··· Dataset content ···

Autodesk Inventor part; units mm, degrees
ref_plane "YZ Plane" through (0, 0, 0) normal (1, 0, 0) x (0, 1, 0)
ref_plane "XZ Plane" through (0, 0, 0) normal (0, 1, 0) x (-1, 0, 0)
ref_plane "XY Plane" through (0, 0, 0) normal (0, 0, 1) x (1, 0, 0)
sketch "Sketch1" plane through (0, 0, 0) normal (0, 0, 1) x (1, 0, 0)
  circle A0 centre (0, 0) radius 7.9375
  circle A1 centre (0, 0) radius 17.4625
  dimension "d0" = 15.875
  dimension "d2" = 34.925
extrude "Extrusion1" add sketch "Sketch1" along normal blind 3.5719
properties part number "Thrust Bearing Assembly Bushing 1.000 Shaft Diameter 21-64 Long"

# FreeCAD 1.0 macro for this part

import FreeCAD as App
import Part
import Sketcher
from FreeCAD import Vector
Q = App.Units.Quantity

doc = App.newDocument("Part")
body = doc.addObject("PartDesign::Body", "Body")

sketch1 = body.newObject("Sketcher::SketchObject", "Sketch")
sketch1.AttachmentSupport = (doc.getObject("XY_Plane"), [""])
sketch1.MapMode = "FlatFace"
sketch1.addGeometry(Part.Circle(Vector(0, 0, 0), Vector(0, 0, 1), 17), False)
sketch1.addGeometry(Part.Circle(Vector(0, 0, 0), Vector(0, 0, 1), 8), False)
sketch1.addConstraint(Sketcher.Constraint("Coincident", 0, 3, -1, 1))
sketch1.addConstraint(Sketcher.Constraint("Coincident", 1, 3, -1, 1))
sketch1.addConstraint(Sketcher.Constraint("Diameter", 0, Q("1.375 in")))
sketch1.addConstraint(Sketcher.Constraint("Diameter", 1, Q("0.625 in")))
pad1 = body.newObject("PartDesign::Pad", "Pad")
pad1.Profile = sketch1
pad1.Length = Q("0.140626 in")

doc.recompute()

···

◆ **Brief**
Once you find the line with "0) x (0, 1, 0)" above, print it and every line after it up to and including the line with "# FreeCAD 1.0 macro for this part", exactly as written and nothing else.

◆ **Written response**
ref_plane "YZ Plane" through (0, 0, 0) normal (1, 0, 0) x (0, 1, 0)
ref_plane "XZ Plane" through (0, 0, 0) normal (0, 1, 0) x (-1, 0, 0)
ref_plane "XY Plane" through (0, 0, 0) normal (0, 0, 1) x (1, 0, 0)
sketch "Sketch1" plane through (0, 0, 0) normal (0, 0, 1) x (1, 0, 0)
  circle A0 centre (0, 0) radius 7.9375
  circle A1 centre (0, 0) radius 17.4625
  dimension "d0" = 15.875
  dimension "d2" = 34.925
extrude "Extrusion1" add sketch "Sketch1" along normal blind 3.5719
properties part number "Thrust Bearing Assembly Bushing 1.000 Shaft Diameter 21-64 Long"

# FreeCAD 1.0 macro for this part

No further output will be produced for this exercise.